The Australian Financial Review’s Neil Chenoweth and Edmund Tadros were four-time winners at the 68th Walkley Awards, including the top gong, the Gold Walkley — recognised as the pinnacle of journalistic achievement in Australia — for their year-long coverage of the PwC tax scandal and its ramifications.

Chenoweth and Tadros’ entry ‘PwC Tax Leaks Scandal’ (stories 1,2,3) won the Business Journalism and Investigative categories, and they were also part of the Australian Financial Review Team that work Coverage Of A Major News Event or Issue (stories 1,2,3,4,5,6).

The pair joined the Walkley Foundation’s Kevin Ding for an interview in which they discuss the impacts of their reporting and reflect on their careers.

This story began with Neil’s first article on January 22 2023 and since then, your reporting has sparked three parliamentary inquiries, an AFP investigation, corporate restructures, and an overall reckoning with misconduct in the Big Four accounting firms.
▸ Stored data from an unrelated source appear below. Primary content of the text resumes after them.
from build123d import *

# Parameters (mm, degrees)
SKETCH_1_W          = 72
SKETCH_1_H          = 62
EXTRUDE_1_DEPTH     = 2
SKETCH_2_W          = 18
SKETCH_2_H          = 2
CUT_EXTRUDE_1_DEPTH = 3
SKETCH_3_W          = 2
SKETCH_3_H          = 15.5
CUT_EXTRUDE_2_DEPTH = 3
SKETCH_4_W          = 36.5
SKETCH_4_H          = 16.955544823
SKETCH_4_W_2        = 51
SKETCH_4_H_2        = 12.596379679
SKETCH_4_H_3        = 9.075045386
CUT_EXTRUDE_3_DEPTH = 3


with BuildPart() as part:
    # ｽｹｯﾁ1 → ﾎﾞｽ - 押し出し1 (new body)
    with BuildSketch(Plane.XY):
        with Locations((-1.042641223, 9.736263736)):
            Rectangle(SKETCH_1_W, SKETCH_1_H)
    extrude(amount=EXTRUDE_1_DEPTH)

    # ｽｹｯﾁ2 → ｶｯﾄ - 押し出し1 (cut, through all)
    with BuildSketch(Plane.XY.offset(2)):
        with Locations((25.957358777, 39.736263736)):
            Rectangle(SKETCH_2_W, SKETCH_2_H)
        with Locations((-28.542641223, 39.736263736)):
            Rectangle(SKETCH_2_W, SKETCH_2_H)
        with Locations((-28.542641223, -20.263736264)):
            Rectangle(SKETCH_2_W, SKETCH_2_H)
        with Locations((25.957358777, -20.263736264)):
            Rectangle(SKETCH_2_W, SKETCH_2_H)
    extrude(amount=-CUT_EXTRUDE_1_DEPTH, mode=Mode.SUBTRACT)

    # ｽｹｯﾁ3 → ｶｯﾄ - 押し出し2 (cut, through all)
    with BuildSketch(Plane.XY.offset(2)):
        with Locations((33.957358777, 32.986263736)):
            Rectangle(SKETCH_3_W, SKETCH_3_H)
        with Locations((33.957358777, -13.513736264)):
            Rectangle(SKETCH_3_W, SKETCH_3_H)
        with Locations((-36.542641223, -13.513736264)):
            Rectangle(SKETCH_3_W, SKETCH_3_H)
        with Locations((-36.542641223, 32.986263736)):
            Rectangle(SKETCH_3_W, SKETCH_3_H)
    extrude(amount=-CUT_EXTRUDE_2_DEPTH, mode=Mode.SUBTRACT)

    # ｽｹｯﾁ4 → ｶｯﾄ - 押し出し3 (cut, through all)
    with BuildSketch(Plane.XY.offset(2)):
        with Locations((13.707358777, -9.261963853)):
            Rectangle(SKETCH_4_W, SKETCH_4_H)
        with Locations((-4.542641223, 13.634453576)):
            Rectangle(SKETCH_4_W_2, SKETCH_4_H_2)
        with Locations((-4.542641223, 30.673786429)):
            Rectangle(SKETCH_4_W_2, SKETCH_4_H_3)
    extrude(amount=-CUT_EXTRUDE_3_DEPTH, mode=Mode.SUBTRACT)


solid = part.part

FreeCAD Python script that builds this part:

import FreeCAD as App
import Part
import Sketcher

doc = App.newDocument("Part")
body = doc.addObject("PartDesign::Body", "Body")

# Sketch on XY plane
sketch1 = body.newObject("Sketcher::SketchObject", "Sketch")
sketch1.AttachmentSupport = (doc.getObject("XY_Plane"), [""])
sketch1.MapMode = "FlatFace"
sketch1.addGeometry([
    Part.LineSegment(App.Vector(-37.042641, 40.736264, 0), App.Vector(-37.042641, -21.263736, 0)),
    Part.LineSegment(App.Vector(-37.042641, -21.263736, 0), App.Vector(34.957359, -21.263736, 0)),
    Part.LineSegment(App.Vector(34.957359, -21.263736, 0), App.Vector(34.957359, 40.736264, 0)),
    Part.LineSegment(App.Vector(34.957359, 40.736264, 0), App.Vector(-37.042641, 40.736264, 0)),
], False)
sketch1.addConstraint([
    Sketcher.Constraint("Coincident", 0, 2, 1, 1),
    Sketcher.Constraint("Coincident", 1, 2, 2, 1),
    Sketcher.Constraint("Coincident", 2, 2, 3, 1),
    Sketcher.Constraint("Coincident", 3, 2, 0, 1),
    Sketcher.Constraint("Vertical", 0),
    Sketcher.Constraint("Horizontal", 1),
    Sketcher.Constraint("Vertical", 2),
    Sketcher.Constraint("Horizontal", 3),
    Sketcher.Constraint("DistanceX", 1, 1, 1, 2, 72.0),
    Sketcher.Constraint("DistanceY", 0, 2, 0, 1, 62.0),
    Sketcher.Constraint("DistanceX", 0, 2, -1, 1, 37.042641),
    Sketcher.Constraint("DistanceY", 0, 2, -1, 1, 21.263736),
])
pad1 = body.newObject("PartDesign::Pad", "Pad")
pad1.Profile = sketch1
pad1.Length = 2

# Sketch on XY plane
sketch2 = body.newObject("Sketcher::SketchObject", "Sketch001")
sketch2.AttachmentSupport = (doc.getObject("XY_Plane"), [""])
sketch2.MapMode = "FlatFace"
sketch2.AttachmentOffset = App.Placement(App.Vector(0, 0, 2), App.Rotation())
sketch2.addGeometry([
    Part.LineSegment(App.Vector(16.957359, 40.736264, 0), App.Vector(16.957359, 38.736264, 0)),  # 0
    Part.LineSegment(App.Vector(16.957359, 38.736264, 0), App.Vector(34.957359, 38.736264, 0)),  # 1
    Part.LineSegment(App.Vector(34.957359, 38.736264, 0), App.Vector(34.957359, 40.736264, 0)),  # 2
    Part.LineSegment(App.Vector(34.957359, 40.736264, 0), App.Vector(16.957359, 40.736264, 0)),  # 3
    Part.LineSegment(App.Vector(-37.542641, 40.736264, 0), App.Vector(-37.542641, 38.736264, 0)),  # 4
    Part.LineSegment(App.Vector(-37.542641, 38.736264, 0), App.Vector(-19.542641, 38.736264, 0)),  # 5
    Part.LineSegment(App.Vector(-19.542641, 38.736264, 0), App.Vector(-19.542641, 40.736264, 0)),  # 6
    Part.LineSegment(App.Vector(-19.542641, 40.736264, 0), App.Vector(-37.542641, 40.736264, 0)),  # 7
    Part.LineSegment(App.Vector(-37.542641, -19.263736, 0), App.Vector(-37.542641, -21.263736, 0)),  # 8
    Part.LineSegment(App.Vector(-37.542641, -21.263736, 0), App.Vector(-19.542641, -21.263736, 0)),  # 9
    Part.LineSegment(App.Vector(-19.542641, -21.263736, 0), App.Vector(-19.542641, -19.263736, 0)),  # 10
    Part.LineSegment(App.Vector(-19.542641, -19.263736, 0), App.Vector(-37.542641, -19.263736, 0)),  # 11
    Part.LineSegment(App.Vector(16.957359, -19.263736, 0), App.Vector(16.957359, -21.263736, 0)),  # 12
Can you talk us through the impact this story has had?

Neil: That first story that came out in January had a substantial impact. The Treasurer expressed outrage over the findings and a number of other people did too. But PwC is not a novice to damage control and they played it very, very well. They were able to just say, ‘Look, it is our bad, one of our guys did the wrong thing. He’s no longer with the firm — it’s all cool now. And we’ve introduced these world-best reporting and governance requirements to make sure it will never, never happen again.’

PwC had misused confidential information. The Tax Practitioners Board (TPB), the little entity that had made the finding, had ruled that a former partner of the firm had leaked confidential government information. That ex-partner, Peter Collins, was barred from being a tax agent for two years and the firm was asked to do extra training for its staff.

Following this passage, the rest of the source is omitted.